# Work required
Return only the stretch of the material below that begins with the line containing "#325=ORIENTED_EDGE('',*,*,#308,.T.);" and ends with the line containing "#331=EDGE_LOOP('',(#325,#326,#327,#330));", exactly; both of those lines belong to it.

# Records for this exercise
○ ○ ○ ○ ○ ○ ○

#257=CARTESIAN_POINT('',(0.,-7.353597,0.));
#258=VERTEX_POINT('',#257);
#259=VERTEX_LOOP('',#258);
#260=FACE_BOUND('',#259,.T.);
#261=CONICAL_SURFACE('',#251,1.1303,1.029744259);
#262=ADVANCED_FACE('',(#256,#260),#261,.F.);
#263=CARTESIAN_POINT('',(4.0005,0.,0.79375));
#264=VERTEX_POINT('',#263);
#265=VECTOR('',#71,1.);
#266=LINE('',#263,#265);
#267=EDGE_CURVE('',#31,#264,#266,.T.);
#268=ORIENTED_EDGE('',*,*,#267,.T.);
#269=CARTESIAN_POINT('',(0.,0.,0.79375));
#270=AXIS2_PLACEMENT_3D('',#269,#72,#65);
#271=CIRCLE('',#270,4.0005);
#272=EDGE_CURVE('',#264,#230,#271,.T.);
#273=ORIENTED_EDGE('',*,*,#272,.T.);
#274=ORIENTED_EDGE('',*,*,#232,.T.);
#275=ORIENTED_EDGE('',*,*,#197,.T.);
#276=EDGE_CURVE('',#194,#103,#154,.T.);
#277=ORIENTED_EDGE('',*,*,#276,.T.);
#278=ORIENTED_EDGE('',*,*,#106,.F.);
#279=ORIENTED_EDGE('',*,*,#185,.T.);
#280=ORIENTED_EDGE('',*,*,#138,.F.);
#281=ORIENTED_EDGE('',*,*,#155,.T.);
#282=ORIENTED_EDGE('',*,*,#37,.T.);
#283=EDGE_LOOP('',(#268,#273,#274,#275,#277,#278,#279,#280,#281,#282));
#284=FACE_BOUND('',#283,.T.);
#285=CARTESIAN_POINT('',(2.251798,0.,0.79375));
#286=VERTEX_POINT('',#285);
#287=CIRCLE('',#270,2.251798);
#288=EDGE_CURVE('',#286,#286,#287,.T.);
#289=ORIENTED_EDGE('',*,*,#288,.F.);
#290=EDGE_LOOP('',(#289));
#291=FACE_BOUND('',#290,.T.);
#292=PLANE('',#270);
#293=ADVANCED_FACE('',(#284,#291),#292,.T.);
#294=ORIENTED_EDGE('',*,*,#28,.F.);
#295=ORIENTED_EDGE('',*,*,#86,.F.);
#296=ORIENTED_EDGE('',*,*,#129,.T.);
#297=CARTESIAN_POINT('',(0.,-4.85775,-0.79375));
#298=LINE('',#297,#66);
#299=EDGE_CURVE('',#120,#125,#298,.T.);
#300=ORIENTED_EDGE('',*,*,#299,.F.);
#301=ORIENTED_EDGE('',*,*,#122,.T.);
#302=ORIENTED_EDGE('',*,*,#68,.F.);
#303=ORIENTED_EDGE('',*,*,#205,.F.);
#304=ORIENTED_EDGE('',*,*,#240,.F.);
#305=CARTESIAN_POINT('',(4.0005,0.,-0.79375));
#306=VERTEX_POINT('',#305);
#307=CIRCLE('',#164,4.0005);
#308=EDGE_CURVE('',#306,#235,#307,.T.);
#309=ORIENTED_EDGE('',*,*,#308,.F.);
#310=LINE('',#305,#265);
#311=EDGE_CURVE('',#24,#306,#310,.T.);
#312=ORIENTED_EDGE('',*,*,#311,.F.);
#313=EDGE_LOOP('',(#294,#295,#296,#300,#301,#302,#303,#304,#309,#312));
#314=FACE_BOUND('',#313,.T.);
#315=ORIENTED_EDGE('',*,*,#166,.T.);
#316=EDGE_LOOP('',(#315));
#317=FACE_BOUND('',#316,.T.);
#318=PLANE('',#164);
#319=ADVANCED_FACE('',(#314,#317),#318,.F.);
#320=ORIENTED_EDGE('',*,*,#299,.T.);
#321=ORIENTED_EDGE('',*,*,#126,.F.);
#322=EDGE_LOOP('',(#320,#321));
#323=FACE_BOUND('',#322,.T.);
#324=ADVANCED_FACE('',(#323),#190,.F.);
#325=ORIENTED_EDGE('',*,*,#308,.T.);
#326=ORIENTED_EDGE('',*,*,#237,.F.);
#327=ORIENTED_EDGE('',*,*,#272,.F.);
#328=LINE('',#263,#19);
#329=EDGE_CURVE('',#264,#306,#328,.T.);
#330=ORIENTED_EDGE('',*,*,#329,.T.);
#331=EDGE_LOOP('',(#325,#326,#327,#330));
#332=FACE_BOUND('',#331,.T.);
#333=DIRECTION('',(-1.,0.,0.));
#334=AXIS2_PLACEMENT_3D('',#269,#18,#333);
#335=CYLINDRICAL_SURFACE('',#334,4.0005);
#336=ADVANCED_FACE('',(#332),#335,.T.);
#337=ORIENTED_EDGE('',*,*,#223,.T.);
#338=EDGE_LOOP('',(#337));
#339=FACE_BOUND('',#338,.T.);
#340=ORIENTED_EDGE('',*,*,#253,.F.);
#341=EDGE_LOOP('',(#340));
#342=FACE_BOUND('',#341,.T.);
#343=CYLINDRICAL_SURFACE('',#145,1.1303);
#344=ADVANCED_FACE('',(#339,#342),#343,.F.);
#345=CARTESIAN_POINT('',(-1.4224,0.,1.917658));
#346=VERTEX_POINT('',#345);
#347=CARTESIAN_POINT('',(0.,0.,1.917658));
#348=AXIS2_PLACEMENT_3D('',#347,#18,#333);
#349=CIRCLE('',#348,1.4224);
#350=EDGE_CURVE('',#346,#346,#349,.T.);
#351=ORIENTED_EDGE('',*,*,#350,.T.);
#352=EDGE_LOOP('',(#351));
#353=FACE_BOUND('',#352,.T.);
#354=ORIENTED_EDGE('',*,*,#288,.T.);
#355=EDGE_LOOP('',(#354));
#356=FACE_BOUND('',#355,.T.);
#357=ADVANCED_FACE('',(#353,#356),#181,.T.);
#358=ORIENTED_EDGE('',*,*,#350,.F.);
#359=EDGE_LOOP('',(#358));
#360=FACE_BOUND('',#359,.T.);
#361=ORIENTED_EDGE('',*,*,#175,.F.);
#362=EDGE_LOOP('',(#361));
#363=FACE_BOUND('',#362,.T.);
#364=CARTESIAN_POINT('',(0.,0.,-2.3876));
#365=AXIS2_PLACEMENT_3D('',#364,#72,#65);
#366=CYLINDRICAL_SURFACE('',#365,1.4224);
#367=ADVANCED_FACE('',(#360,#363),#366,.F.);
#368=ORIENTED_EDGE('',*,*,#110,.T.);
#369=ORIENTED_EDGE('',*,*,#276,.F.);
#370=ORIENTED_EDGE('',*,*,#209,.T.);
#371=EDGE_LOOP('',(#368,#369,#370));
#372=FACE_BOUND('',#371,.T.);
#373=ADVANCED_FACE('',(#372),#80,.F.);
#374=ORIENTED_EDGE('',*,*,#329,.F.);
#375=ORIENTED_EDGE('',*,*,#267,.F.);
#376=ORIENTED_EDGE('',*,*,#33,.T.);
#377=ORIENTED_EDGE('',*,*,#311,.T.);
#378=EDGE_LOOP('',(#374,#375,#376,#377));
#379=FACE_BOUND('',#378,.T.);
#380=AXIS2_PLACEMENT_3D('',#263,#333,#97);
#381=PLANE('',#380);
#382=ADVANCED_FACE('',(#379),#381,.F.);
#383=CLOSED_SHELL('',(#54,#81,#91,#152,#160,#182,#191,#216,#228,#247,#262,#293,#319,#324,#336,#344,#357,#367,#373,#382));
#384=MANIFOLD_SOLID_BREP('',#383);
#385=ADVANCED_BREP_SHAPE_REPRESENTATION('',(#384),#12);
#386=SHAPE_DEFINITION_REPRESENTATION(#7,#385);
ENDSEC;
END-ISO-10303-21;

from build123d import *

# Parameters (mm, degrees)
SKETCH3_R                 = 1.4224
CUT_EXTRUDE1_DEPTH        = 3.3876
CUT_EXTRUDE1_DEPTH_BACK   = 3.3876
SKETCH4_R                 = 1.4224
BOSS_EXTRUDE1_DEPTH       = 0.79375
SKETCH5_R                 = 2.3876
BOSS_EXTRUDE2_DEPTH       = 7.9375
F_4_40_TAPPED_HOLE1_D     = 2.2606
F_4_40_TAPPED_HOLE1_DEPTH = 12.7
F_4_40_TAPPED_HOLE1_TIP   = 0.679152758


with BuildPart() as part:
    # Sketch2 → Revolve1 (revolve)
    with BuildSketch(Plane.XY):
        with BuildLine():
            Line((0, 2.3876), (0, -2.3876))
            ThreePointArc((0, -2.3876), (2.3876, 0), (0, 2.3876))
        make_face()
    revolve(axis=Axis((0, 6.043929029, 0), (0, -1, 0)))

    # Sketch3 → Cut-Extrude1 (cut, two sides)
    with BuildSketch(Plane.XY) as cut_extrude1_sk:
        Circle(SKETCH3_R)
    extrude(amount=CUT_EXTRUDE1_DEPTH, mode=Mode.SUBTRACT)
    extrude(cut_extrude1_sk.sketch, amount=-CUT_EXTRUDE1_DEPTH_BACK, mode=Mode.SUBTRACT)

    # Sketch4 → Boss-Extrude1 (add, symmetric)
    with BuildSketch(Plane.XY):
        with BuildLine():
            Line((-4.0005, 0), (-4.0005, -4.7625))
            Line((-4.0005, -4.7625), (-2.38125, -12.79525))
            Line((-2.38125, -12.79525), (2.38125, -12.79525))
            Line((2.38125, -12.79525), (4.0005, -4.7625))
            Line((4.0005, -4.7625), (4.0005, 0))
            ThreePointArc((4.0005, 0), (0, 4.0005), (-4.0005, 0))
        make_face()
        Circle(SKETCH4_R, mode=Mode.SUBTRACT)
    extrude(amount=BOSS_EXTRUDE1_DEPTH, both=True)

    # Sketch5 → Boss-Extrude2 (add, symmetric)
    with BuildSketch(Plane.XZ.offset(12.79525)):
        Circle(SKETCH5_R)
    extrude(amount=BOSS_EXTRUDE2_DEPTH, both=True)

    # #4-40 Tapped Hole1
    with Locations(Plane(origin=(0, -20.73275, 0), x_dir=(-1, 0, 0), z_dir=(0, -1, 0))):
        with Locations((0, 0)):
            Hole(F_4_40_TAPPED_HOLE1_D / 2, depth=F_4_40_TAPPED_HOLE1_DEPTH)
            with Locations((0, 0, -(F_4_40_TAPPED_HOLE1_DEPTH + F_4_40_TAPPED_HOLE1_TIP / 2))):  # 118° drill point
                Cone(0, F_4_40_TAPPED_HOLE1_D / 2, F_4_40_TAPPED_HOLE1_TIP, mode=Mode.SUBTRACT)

○ ○ ○ ○ ○ ○ ○

# Exercise solution
#325=ORIENTED_EDGE('',*,*,#308,.T.);
#326=ORIENTED_EDGE('',*,*,#237,.F.);
#327=ORIENTED_EDGE('',*,*,#272,.F.);
#328=LINE('',#263,#19);
#329=EDGE_CURVE('',#264,#306,#328,.T.);
#330=ORIENTED_EDGE('',*,*,#329,.T.);
#331=EDGE_LOOP('',(#325,#326,#327,#330));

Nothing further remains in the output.